# Is setting up a UK ltd company worthwhile?



## Newforestcat (Mar 14, 2012)

Hello

On behalf of a good friend, I would like to ask for some advice especially from those who have some direct personal or professional experience, please.

Mr A is a sole-trader/contractor in the building trade who also has some income from UK rental properties (approx. £15-25K PA net) and his highest rate of tax is usually the additional rate which was 50% and now is 45%. He also pays NI classes 2 & 4. In some rare years, his earnings may drop to the higher-rate tax band (40%) but usually he earns over £100K including the rental income. As a result, his tax-free personal allowance is drastically reduced or completely wiped out due to his earnings.

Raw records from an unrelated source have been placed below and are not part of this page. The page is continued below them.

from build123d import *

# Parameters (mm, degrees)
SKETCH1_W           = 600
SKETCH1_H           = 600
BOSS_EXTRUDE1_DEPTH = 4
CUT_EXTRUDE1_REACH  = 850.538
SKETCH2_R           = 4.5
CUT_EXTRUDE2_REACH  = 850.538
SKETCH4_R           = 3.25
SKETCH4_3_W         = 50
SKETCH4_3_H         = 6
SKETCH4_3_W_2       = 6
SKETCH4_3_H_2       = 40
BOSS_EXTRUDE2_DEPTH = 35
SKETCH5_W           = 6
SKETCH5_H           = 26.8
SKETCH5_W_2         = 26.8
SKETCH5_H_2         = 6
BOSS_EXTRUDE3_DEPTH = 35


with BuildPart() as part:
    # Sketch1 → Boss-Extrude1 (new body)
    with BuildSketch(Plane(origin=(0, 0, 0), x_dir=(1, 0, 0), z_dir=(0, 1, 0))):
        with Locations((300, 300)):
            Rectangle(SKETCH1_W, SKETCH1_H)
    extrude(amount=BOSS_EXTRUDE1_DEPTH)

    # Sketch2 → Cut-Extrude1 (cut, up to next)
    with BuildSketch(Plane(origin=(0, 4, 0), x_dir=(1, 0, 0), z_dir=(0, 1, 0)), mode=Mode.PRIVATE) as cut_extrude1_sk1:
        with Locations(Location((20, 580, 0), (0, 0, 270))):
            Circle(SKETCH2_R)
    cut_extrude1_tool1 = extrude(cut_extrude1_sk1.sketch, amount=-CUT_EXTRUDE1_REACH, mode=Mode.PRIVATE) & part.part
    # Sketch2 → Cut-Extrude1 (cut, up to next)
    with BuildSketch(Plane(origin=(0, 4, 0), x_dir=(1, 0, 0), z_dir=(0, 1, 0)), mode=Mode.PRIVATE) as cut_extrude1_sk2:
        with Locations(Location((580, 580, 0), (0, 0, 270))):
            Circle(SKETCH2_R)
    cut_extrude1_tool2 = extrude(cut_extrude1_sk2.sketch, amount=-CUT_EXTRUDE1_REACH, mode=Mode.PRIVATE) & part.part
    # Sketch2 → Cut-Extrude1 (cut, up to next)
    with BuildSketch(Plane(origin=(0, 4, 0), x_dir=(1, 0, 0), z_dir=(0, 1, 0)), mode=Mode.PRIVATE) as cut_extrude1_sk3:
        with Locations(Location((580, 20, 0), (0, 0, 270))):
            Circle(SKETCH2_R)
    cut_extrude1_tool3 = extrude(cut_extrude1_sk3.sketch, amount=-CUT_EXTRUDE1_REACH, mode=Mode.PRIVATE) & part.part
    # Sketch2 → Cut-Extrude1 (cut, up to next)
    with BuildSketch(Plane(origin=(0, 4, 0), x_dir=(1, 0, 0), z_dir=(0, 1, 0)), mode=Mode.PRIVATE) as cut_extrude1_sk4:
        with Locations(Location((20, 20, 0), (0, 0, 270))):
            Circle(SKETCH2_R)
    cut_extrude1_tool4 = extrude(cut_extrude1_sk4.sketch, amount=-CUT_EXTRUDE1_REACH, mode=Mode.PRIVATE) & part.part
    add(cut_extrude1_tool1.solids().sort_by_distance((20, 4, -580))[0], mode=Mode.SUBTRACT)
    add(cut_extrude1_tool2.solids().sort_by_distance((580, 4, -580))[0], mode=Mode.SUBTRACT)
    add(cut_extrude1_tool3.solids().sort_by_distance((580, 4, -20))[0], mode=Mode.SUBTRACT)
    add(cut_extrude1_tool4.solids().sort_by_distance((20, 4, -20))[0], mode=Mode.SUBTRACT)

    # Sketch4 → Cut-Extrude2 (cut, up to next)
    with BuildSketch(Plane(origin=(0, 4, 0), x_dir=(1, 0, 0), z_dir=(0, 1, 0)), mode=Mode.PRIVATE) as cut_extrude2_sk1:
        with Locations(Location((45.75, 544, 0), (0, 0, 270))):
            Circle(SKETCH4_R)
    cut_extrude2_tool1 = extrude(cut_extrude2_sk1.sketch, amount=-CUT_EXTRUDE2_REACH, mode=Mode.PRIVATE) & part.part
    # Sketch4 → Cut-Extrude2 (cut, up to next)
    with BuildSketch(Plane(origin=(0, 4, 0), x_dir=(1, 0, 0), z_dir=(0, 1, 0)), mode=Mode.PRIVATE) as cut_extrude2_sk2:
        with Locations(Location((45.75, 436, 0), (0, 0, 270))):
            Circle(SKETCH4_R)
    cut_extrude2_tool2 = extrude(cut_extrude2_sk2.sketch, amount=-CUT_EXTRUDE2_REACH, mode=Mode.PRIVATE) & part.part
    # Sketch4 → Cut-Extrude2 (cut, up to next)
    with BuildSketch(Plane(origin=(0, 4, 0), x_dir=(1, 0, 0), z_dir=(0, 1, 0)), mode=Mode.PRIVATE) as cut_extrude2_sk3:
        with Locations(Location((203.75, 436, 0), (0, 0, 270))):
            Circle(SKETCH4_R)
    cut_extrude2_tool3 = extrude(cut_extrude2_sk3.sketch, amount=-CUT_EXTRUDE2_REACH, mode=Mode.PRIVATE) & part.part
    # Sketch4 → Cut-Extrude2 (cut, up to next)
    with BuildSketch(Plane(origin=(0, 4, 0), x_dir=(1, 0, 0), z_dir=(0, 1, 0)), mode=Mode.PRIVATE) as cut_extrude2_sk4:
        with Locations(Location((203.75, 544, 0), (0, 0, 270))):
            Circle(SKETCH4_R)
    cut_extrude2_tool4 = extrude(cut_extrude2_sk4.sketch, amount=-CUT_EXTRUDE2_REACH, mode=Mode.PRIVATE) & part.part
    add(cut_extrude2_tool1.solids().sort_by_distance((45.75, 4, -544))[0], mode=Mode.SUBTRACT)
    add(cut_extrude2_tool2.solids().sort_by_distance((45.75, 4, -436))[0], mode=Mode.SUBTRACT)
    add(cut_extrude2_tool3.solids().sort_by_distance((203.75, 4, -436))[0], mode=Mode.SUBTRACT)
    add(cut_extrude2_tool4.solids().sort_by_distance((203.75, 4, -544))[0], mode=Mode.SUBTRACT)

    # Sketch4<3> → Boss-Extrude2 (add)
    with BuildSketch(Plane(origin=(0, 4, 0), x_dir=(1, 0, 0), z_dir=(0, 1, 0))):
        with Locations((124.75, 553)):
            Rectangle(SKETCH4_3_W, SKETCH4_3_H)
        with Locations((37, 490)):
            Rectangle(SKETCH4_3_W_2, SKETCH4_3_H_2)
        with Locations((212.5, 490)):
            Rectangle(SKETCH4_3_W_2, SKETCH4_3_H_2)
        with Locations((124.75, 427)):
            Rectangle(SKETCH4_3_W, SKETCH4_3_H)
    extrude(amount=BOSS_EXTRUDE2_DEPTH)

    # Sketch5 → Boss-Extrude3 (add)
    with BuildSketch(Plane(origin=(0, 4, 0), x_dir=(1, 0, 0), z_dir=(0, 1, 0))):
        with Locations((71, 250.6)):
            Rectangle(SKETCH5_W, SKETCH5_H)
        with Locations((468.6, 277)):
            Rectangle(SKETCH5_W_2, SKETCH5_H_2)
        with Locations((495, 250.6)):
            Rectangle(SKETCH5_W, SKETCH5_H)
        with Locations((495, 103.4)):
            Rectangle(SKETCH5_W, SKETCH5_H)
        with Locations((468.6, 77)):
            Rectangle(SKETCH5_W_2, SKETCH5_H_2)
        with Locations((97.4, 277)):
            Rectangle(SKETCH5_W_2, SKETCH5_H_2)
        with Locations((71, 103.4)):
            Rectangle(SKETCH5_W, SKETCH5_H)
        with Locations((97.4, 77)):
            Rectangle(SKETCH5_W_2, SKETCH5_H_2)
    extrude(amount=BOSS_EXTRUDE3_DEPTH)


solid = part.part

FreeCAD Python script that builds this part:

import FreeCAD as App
import Part
import Sketcher
Q = App.Units.Quantity


def add_polygon(sketch, points):
    """Adds a closed chain of lines whose ends are joined by coincident constraints."""
    first, n = sketch.GeometryCount, len(points)
    for a, b in zip(points, points[1:] + points[:1]):
        sketch.addGeometry(Part.LineSegment(App.Vector(*a, 0), App.Vector(*b, 0)), False)
    for i in range(n):
        sketch.addConstraint(Sketcher.Constraint("Coincident", first + i, 2, first + (i + 1) % n, 1))

doc = App.newDocument("Part")
body = doc.addObject("PartDesign::Body", "Body")

# Sketch on XZ plane
sketch1 = doc.addObject("Sketcher::SketchObject", "Sketch")
body.addObject(sketch1)
sketch1.AttachmentSupport = (doc.XZ_Plane, [""])
sketch1.MapMode = "FlatFace"
add_polygon(sketch1, [(0, -600), (0, 0), (600, 0), (600, -600)])  # lines 0-3
sketch1.addConstraint([
    Sketcher.Constraint("Vertical", 0),
    Sketcher.Constraint("Horizontal", 1),
    Sketcher.Constraint("Vertical", 2),
    Sketcher.Constraint("Horizontal", 3),
    Sketcher.Constraint("Coincident", 0, 2, -1, 1),
    Sketcher.Constraint("Equal", 3, 0),
    Sketcher.Constraint("DistanceX", 1, 1, 1, 2, Q("600 mm")),
])
pad1 = doc.addObject("PartDesign::Pad", "Pad")
body.addObject(pad1)
pad1.Profile = sketch1
pad1.Length = 4
pad1.Reversed = True

# Sketch on XZ plane
sketch2 = doc.addObject("Sketcher::SketchObject", "Sketch001")
body.addObject(sketch2)
sketch2.AttachmentSupport = (doc.XZ_Plane, [""])
sketch2.MapMode = "FlatFace"
sketch2.AttachmentOffset = App.Placement(App.Vector(0, 0, -4), App.Rotation())
sketch2.addGeometry(Part.Circle(App.Vector(20, -580, 0), App.Vector(0, 0, 1), 4.5), False)
sketch2.addConstraint([
    Sketcher.Constraint("Diameter", 0, Q("9 mm")),
    Sketcher.Constraint("DistanceX", -1, 1, 0, 3, Q("20 mm")),
    Sketcher.Constraint("DistanceY", 0, 3, -1, 1, Q("580 mm")),
])
pocket1 = doc.addObject("PartDesign::Pocket", "Pocket")
body.addObject(pocket1)
pocket1.Profile = sketch2
pocket1.Type = "UpToFirst"
pocket1.Reversed = True

# Sketch on XZ plane
sketch3 = doc.addObject("Sketcher::SketchObject", "Sketch002")
body.addObject(sketch3)
sketch3.AttachmentSupport = (doc.XZ_Plane, [""])
sketch3.MapMode = "FlatFace"
sketch3.AttachmentOffset = App.Placement(App.Vector(0, 0, -4), App.Rotation())
sketch3.addGeometry(Part.Circle(App.Vector(580, -580, 0), App.Vector(0, 0, 1), 4.5), False)
sketch3.addConstraint([
    Sketcher.Constraint("Diameter", 0, Q("9 mm")),
    Sketcher.Constraint("DistanceX", -1, 1, 0, 3, Q("580 mm")),
    Sketcher.Constraint("DistanceY", 0, 3, -1, 1, Q("580 mm")),
])
pocket2 = doc.addObject("PartDesign::Pocket", "Pocket001")
body.addObject(pocket2)
pocket2.Profile = sketch3
pocket2.Type = "UpToFirst"
pocket2.Reversed = True

# Sketch on XZ plane
sketch4 = doc.addObject("Sketcher::SketchObject", "Sketch003")
body.addObject(sketch4)
sketch4.AttachmentSupport = (doc.XZ_Plane, [""])
sketch4.MapMode = "FlatFace"
sketch4.AttachmentOffset = App.Placement(App.Vector(0, 0, -4), App.Rotation())
sketch4.addGeometry(Part.Circle(App.Vector(580, -20, 0), App.Vector(0, 0, 1), 4.5), False)
sketch4.addConstraint([
    Sketcher.Constraint("Diameter", 0, Q("9 mm")),
    Sketcher.Constraint("DistanceX", -1, 1, 0, 3, Q("580 mm")),
    Sketcher.Constraint("DistanceY", 0, 3, -1, 1, Q("20 mm")),
])
pocket3 = doc.addObject("PartDesign::Pocket", "Pocket002")
body.addObject(pocket3)
pocket3.Profile = sketch4
pocket3.Type = "UpToFirst"
pocket3.Reversed = True

# Sketch on XZ plane
sketch5 = doc.addObject("Sketcher::SketchObject", "Sketch004")
body.addObject(sketch5)
sketch5.AttachmentSupport = (doc.XZ_Plane, [""])
sketch5.MapMode = "FlatFace"
sketch5.AttachmentOffset = App.Placement(App.Vector(0, 0, -4), App.Rotation())
sketch5.addGeometry(Part.Circle(App.Vector(20, -20, 0), App.Vector(0, 0, 1), 4.5), False)
sketch5.addConstraint([
    Sketcher.Constraint("Diameter", 0, Q("9 mm")),
    Sketcher.Constraint("DistanceX", -1, 1, 0, 3, Q("20 mm")),
    Sketcher.Constraint("DistanceY", 0, 3, -1, 1, Q("20 mm")),
])
pocket4 = doc.addObject("PartDesign::Pocket", "Pocket003")
body.addObject(pocket4)
pocket4.Profile = sketch5
pocket4.Type = "UpToFirst"
pocket4.Reversed = True

# Sketch on XZ plane
sketch6 = doc.addObject("Sketcher::SketchObject", "Sketch005")
body.addObject(sketch6)
sketch6.AttachmentSupport = (doc.XZ_Plane, [""])
sketch6.MapMode = "FlatFace"
sketch6.AttachmentOffset = App.Placement(App.Vector(0, 0, -4), App.Rotation())
sketch6.addGeometry(Part.Circle(App.Vector(45.8, -544, 0), App.Vector(0, 0, 1), 3.2), False)
sketch6.addConstraint([
    Sketcher.Constraint("Diameter", 0, Q("6.5 mm")),
    Sketcher.Constraint("DistanceY", 0, 3, -1, 1, Q("544 mm")),
    Sketcher.Constraint("DistanceX", -1, 1, 0, 3, Q("45.75 mm")),
])
pocket5 = doc.addObject("PartDesign::Pocket", "Pocket004")
body.addObject(pocket5)
pocket5.Profile = sketch6
pocket5.Type = "UpToFirst"
pocket5.Reversed = True

# Sketch on XZ plane
sketch7 = doc.addObject("Sketcher::SketchObject", "Sketch006")
body.addObject(sketch7)
sketch7.AttachmentSupport = (doc.XZ_Plane, [""])
sketch7.MapMode = "FlatFace"
sketch7.AttachmentOffset = App.Placement(App.Vector(0, 0, -4), App.Rotation())
sketch7.addGeometry(Part.Circle(App.Vector(45.8, -436, 0), App.Vector(0, 0, 1), 3.2), False)
sketch7.addConstraint([
    Sketcher.Constraint("Diameter", 0, Q("6.5 mm")),
    Sketcher.Constraint("DistanceY", 0, 3, -1, 1, Q("436 mm")),
    Sketcher.Constraint("DistanceX", -1, 1, 0, 3, Q("45.75 mm")),
])
pocket6 = doc.addObject("PartDesign::Pocket", "Pocket005")
body.addObject(pocket6)
pocket6.Profile = sketch7
pocket6.Type = "UpToFirst"
pocket6.Reversed = True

His ultimate plan is to work for a few more years, and then emigrate to Thailand but he will keep his UK rental properties 

Will he be better off as a director of his own limited company or as a sole-trader, tax and NI-wise? Should he employ his wife who usually helps him with his paperwork as an employee or a co-director? My friend is afraid of the amount of paperwork and accountant's fees which are tax-deductible. What sort of returns do you need to file and how often? Monthly CIS? Annual Corporation tax return? VAT returns? Monthly and annual PAYE returns? Is it wise to do the monthly returns himself? What returns should he leave for the professionals?

Last but not least, what are the good and bad points of running a limited company? 

I hope that my list of questions is not exhaustive. Thankyou very much in advance.

Dani


----------